In 1996 heeft ASB met de gewesten de Dienstverleningsovereenkomst inzake het aanbieden
en verwerken van gft-afval (hierna DVO-GFT) gesloten. De DVO-GFT had een looptijd tot 6
mei 2012.
De afvalverwijdering is te kenmerken als overheidsgedomineerd.
2/6
Het succes van verbranden en composteren had echter als keerzijde dat de hoeveelheid t e
storten afval zodanig afnam dat een rendabele exploitatie van de gewestelijke stortplaatsen
steeds minder mogelijk was. Nadat pogingen om tot een overheidsgedomineerd provinciaal
stortbedrijf te komen tot twee maal toe zijn mislukt wordt op 22 maart 1999 door de
gewesten, PNEM/MEGA-groep (later opgegaan in Essent, een van de rechtsvoorgangers van
Attero) en de Provincie Noord-Brabant de Intentieverklaring tot samenwerking in de
afvalverwijdering op provinciaal niveau in Noord-Brabant ondertekend.
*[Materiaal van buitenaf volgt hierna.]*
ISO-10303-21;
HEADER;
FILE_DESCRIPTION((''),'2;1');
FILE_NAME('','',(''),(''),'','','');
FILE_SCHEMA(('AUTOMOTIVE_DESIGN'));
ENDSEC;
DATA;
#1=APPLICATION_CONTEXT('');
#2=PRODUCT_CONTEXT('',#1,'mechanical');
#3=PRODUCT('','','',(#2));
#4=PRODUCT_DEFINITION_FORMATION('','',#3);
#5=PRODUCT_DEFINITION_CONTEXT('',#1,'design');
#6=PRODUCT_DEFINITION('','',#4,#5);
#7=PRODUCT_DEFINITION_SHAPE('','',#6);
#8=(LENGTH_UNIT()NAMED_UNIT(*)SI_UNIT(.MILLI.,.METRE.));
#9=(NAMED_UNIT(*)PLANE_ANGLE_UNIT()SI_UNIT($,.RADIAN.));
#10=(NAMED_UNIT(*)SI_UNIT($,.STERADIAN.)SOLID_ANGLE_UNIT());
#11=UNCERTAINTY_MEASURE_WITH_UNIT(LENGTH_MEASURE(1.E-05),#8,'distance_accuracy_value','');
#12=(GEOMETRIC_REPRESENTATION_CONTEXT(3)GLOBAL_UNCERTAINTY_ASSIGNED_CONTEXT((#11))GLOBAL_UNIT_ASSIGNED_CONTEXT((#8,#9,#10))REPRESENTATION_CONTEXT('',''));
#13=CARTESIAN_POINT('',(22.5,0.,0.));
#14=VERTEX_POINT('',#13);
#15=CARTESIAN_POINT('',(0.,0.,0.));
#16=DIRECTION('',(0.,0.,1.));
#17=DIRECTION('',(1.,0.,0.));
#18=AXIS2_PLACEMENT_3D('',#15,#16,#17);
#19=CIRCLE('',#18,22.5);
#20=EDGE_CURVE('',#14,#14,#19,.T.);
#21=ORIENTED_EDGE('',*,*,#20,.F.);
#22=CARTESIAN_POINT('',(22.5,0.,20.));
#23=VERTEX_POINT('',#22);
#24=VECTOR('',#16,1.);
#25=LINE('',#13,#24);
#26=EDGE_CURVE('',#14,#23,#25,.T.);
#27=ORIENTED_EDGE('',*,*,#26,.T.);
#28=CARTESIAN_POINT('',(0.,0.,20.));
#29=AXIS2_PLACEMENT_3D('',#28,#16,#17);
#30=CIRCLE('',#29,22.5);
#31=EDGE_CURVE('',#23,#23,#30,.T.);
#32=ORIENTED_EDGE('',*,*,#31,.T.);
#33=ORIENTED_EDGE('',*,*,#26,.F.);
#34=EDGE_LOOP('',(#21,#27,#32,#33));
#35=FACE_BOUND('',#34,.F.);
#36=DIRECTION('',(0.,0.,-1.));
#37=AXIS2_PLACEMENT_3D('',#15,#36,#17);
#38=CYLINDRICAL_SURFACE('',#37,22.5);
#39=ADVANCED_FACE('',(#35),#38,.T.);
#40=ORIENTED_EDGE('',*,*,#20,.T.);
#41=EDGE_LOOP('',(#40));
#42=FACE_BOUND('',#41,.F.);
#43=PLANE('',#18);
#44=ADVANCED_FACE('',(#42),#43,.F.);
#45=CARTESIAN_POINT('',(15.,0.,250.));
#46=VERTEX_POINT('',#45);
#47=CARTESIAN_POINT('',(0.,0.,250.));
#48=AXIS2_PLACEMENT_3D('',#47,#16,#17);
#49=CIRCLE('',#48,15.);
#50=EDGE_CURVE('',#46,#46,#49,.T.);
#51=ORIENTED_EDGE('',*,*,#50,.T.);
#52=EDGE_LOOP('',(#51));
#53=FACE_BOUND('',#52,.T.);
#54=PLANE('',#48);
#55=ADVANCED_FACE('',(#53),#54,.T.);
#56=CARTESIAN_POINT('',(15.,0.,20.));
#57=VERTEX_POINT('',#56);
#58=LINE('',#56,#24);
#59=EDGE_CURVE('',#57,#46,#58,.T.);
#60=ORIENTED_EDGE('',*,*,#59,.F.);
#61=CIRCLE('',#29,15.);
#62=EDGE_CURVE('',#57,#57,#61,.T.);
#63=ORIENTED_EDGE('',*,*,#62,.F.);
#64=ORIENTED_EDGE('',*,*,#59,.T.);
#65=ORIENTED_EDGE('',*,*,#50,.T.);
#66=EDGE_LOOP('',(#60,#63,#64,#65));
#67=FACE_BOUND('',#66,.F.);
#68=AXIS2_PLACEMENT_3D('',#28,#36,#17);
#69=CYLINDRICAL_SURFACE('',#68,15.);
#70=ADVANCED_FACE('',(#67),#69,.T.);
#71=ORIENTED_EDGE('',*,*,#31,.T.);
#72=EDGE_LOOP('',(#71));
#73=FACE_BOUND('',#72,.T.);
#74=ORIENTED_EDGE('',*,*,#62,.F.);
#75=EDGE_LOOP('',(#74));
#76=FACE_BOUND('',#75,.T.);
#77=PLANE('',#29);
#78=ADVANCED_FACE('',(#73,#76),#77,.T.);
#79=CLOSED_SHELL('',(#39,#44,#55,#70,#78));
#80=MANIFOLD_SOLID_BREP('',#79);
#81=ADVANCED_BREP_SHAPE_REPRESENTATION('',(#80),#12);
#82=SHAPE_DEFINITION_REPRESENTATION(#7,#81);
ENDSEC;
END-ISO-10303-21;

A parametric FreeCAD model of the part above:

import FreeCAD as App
import Part
import Sketcher
Q = App.Units.Quantity

doc = App.newDocument("Part")
body = doc.addObject("PartDesign::Body", "Body")

# Sketch on XY plane
sketch1 = doc.addObject("Sketcher::SketchObject", "Sketch")
body.addObject(sketch1)
sketch1.AttachmentSupport = (doc.XY_Plane, [""])
sketch1.MapMode = "FlatFace"
sketch1.addGeometry(Part.Circle(App.Vector(0, 0, 0), App.Vector(0, 0, 1), 22.5), False)
sketch1.addConstraint([
    Sketcher.Constraint("Coincident", 0, 3, -1, 1),
    Sketcher.Constraint("Diameter", 0, Q("45 mm")),
])
pad1 = doc.addObject("PartDesign::Pad", "Pad")
body.addObject(pad1)
pad1.Profile = sketch1
pad1.Length = 20

# Sketch on XY plane
sketch2 = doc.addObject("Sketcher::SketchObject", "Sketch001")
body.addObject(sketch2)
sketch2.AttachmentSupport = (doc.XY_Plane, [""])
sketch2.MapMode = "FlatFace"
sketch2.AttachmentOffset = App.Placement(App.Vector(0, 0, 20), App.Rotation())
sketch2.addGeometry(Part.Circle(App.Vector(0, 0, 0), App.Vector(0, 0, 1), 15), False)
sketch2.addConstraint([
    Sketcher.Constraint("Coincident", 0, 3, -1, 1),
    Sketcher.Constraint("Diameter", 0, Q("30 mm")),
])
pad2 = doc.addObject("PartDesign::Pad", "Pad001")
body.addObject(pad2)
pad2.Profile = sketch2
pad2.Length = 230

doc.recompute()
Naast de overdracht
van de stortplaatsen en alle andere onderdelen van de verwijderingsketen, was onderdeel van
de intentieverklaring de overdracht van de aandelen in ASB aan Attero, inclusief de door
ASB aangegane contractuele rechten en verplichtingen. Daarmee begint het tijdvak van de
afvalverwijdering op provinciale schaal.
1.4 Afvalverwijdering op provinciale schaal (na 1999)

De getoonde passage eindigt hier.